• **WHAT YOU ARE ASKED TO DO**
Find each line of the material below in which the word "fillet" occurs, and return it.

--- DATA ---

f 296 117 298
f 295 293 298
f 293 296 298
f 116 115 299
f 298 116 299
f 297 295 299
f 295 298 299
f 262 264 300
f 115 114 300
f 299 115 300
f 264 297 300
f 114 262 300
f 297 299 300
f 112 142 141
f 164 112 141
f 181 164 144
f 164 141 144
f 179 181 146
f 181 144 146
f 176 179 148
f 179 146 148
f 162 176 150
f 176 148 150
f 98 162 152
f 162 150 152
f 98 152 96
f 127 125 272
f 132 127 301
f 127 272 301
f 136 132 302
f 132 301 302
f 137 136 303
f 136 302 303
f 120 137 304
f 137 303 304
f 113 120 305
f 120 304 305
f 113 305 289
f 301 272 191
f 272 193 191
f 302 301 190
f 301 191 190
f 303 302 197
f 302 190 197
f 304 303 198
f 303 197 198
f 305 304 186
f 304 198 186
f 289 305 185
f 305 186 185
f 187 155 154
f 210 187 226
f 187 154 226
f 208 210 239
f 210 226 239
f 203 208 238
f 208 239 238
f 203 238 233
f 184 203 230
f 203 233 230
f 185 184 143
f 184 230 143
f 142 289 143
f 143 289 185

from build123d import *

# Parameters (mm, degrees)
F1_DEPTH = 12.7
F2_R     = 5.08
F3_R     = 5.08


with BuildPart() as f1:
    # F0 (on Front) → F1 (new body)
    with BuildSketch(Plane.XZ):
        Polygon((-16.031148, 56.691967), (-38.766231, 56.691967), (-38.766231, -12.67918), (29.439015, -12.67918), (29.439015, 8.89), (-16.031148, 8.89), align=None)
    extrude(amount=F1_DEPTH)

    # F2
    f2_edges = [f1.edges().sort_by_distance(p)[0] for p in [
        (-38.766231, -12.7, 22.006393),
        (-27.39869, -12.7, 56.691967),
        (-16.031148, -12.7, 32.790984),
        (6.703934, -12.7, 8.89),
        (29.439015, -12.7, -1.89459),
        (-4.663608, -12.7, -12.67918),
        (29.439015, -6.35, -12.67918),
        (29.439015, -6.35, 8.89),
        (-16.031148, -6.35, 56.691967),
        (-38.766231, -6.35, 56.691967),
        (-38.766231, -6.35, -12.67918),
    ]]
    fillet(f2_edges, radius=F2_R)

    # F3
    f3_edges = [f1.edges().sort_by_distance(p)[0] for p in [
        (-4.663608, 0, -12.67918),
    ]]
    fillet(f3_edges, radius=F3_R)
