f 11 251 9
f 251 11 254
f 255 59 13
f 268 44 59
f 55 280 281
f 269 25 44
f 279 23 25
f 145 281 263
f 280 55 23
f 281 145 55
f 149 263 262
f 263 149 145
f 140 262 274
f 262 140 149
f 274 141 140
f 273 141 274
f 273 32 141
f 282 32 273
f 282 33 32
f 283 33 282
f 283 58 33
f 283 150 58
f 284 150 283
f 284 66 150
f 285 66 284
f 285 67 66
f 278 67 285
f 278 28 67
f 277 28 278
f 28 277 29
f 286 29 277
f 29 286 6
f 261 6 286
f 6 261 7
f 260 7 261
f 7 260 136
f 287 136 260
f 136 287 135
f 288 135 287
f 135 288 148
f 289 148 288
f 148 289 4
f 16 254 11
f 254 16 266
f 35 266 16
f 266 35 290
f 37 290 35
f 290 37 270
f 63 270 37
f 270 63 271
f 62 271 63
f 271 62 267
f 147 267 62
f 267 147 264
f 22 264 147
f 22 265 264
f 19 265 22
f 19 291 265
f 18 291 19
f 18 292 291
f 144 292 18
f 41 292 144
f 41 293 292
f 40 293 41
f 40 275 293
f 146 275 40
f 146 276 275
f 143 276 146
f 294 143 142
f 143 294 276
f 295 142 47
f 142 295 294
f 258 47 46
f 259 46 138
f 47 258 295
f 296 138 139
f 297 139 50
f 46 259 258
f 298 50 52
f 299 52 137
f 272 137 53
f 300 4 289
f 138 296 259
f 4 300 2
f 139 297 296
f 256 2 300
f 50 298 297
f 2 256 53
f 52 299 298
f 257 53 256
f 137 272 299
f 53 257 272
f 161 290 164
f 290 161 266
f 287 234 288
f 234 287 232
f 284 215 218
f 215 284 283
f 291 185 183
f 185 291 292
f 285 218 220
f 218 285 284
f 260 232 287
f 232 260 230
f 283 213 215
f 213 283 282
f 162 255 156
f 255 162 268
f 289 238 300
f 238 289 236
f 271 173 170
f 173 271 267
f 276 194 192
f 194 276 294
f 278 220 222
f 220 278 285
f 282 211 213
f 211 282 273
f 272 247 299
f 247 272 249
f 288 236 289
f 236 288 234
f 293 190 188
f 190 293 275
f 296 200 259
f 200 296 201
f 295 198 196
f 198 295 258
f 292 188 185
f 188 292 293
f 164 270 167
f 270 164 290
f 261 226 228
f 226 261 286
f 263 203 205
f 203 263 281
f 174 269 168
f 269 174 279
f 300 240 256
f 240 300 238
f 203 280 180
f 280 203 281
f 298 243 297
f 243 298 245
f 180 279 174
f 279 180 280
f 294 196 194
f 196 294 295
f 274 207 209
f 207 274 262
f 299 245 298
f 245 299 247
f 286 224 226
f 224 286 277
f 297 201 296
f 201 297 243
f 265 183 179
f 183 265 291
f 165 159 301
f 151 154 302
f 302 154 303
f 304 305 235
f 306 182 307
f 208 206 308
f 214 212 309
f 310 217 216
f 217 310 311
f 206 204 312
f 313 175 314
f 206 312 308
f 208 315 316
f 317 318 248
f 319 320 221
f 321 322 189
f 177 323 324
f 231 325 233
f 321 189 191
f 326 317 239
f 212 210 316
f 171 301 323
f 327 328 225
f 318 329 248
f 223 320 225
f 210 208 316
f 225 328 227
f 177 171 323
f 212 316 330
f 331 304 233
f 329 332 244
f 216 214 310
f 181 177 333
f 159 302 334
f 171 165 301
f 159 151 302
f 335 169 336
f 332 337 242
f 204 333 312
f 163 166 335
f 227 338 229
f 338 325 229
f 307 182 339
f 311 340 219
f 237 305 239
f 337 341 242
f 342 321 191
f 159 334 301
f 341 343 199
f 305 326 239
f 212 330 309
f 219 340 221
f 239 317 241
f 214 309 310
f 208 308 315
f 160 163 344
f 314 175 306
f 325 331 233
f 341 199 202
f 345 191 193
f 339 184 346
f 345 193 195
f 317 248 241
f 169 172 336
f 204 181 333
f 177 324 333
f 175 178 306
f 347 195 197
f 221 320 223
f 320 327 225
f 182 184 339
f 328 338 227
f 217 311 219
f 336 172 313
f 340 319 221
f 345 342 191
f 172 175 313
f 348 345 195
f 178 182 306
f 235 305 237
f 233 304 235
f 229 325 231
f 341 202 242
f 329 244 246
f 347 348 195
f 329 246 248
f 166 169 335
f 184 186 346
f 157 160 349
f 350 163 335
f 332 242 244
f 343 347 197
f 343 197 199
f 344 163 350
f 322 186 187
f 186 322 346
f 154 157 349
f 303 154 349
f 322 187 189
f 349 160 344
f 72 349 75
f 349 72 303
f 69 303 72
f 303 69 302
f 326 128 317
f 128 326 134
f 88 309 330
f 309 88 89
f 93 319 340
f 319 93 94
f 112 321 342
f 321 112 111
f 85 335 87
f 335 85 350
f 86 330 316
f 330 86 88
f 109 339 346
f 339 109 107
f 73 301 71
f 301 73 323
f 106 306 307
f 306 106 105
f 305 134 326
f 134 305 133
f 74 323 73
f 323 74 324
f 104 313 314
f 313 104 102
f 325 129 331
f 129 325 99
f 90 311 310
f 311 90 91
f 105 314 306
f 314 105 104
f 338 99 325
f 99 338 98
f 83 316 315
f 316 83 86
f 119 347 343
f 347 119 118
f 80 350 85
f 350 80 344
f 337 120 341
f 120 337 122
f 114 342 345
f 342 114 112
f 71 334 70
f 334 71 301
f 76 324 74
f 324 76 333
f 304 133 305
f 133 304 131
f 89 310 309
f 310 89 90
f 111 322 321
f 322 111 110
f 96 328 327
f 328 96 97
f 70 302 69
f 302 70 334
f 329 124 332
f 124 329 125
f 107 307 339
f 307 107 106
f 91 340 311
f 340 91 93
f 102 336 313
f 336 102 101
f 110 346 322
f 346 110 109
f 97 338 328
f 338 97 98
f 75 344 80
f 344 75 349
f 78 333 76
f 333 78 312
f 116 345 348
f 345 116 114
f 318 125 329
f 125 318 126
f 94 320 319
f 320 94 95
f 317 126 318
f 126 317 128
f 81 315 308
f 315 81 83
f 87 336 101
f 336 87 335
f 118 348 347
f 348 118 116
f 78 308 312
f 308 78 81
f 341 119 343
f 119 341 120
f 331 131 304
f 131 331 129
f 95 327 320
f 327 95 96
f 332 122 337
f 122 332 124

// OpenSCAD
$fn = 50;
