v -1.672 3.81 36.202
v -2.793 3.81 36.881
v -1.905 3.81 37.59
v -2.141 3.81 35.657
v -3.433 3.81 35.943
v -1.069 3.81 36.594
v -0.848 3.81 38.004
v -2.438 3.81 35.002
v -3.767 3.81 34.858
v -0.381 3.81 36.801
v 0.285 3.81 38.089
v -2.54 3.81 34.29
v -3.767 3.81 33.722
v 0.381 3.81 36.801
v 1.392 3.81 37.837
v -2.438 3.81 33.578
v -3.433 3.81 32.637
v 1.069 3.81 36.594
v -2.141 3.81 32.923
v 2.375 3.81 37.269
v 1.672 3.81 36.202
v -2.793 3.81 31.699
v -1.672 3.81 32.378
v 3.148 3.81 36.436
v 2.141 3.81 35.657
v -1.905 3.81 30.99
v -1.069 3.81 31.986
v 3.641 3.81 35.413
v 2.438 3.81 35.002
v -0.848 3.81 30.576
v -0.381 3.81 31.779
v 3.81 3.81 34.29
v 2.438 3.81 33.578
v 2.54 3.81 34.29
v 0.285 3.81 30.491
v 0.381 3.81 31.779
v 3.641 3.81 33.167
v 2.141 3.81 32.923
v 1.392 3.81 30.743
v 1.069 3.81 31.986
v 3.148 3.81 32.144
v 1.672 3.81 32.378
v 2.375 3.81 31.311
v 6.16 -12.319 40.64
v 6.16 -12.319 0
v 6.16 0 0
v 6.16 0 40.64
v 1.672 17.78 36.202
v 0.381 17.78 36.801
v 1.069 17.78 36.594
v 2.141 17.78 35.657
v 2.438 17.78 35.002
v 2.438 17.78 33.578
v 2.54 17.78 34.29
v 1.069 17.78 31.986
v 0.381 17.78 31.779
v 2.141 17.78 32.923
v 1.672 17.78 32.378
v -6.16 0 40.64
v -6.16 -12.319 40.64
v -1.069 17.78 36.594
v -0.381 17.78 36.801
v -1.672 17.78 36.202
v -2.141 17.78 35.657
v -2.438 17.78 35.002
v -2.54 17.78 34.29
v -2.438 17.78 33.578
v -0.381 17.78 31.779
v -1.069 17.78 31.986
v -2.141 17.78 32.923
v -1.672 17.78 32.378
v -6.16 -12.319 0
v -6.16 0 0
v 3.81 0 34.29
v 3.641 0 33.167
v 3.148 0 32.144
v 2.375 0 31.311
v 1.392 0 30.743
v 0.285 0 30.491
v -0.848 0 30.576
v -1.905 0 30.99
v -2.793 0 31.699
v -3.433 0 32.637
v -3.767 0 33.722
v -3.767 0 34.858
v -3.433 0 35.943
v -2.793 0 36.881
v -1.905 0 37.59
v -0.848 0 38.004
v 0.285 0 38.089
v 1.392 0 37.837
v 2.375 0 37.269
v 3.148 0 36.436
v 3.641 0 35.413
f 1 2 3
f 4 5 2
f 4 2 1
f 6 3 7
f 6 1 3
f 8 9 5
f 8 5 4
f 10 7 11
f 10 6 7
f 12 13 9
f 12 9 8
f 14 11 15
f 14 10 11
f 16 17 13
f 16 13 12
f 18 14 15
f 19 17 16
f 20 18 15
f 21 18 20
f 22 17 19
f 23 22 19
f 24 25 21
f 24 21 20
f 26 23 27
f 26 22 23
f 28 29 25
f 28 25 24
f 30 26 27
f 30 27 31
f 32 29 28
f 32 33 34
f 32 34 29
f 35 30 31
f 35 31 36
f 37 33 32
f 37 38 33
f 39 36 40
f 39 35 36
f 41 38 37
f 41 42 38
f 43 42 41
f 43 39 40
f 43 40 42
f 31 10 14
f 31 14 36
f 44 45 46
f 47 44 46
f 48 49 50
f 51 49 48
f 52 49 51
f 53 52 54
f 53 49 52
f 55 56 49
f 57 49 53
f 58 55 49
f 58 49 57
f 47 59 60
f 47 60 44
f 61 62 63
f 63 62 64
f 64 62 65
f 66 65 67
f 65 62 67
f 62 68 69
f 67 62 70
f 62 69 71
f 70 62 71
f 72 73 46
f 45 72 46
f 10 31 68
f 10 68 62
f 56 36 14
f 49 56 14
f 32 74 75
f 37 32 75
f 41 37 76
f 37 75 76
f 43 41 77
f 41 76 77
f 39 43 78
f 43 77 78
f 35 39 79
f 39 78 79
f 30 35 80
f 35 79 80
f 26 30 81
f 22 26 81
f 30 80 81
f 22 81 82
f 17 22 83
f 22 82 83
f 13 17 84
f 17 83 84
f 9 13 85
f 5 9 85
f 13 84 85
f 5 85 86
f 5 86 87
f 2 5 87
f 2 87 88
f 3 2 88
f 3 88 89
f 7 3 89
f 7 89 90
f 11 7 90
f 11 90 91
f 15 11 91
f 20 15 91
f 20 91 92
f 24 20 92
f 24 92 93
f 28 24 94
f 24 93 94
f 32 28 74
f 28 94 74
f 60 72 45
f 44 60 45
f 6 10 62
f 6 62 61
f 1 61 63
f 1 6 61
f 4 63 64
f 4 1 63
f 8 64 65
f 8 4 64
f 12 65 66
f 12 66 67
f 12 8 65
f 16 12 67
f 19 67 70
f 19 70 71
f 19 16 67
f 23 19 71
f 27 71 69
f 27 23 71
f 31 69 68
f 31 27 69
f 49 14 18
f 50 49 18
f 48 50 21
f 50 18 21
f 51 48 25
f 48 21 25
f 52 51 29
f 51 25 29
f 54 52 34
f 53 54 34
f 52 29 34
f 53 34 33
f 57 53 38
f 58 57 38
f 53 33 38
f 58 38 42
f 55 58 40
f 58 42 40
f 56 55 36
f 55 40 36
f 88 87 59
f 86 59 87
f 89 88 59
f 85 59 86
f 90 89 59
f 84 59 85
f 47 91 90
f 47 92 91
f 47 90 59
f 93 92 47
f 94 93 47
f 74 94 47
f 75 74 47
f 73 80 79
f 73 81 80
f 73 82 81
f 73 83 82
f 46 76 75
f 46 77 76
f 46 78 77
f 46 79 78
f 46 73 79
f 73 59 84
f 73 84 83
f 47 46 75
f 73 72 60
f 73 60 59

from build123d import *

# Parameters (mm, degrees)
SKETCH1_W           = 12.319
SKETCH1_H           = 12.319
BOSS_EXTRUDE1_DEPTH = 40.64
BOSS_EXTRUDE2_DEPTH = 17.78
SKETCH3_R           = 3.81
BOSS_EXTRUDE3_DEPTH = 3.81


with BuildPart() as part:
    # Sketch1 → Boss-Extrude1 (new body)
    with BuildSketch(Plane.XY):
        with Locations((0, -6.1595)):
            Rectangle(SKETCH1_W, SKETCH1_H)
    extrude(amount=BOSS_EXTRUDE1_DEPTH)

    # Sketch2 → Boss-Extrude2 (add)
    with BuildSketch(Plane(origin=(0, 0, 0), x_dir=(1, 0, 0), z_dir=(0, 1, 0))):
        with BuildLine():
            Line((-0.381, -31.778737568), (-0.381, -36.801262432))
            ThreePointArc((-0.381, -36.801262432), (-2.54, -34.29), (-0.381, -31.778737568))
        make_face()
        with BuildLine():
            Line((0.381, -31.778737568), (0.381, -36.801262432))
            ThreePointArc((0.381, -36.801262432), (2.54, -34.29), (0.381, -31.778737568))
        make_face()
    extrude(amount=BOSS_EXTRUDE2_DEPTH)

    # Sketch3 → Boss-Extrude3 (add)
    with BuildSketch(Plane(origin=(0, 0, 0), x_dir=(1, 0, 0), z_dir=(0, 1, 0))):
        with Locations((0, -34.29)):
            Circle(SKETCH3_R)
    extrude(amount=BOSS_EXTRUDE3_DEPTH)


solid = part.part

---

• **ANSWER SECTION**
    fillet(f2_edges, radius=F2_R)
    fillet(f3_edges, radius=F3_R)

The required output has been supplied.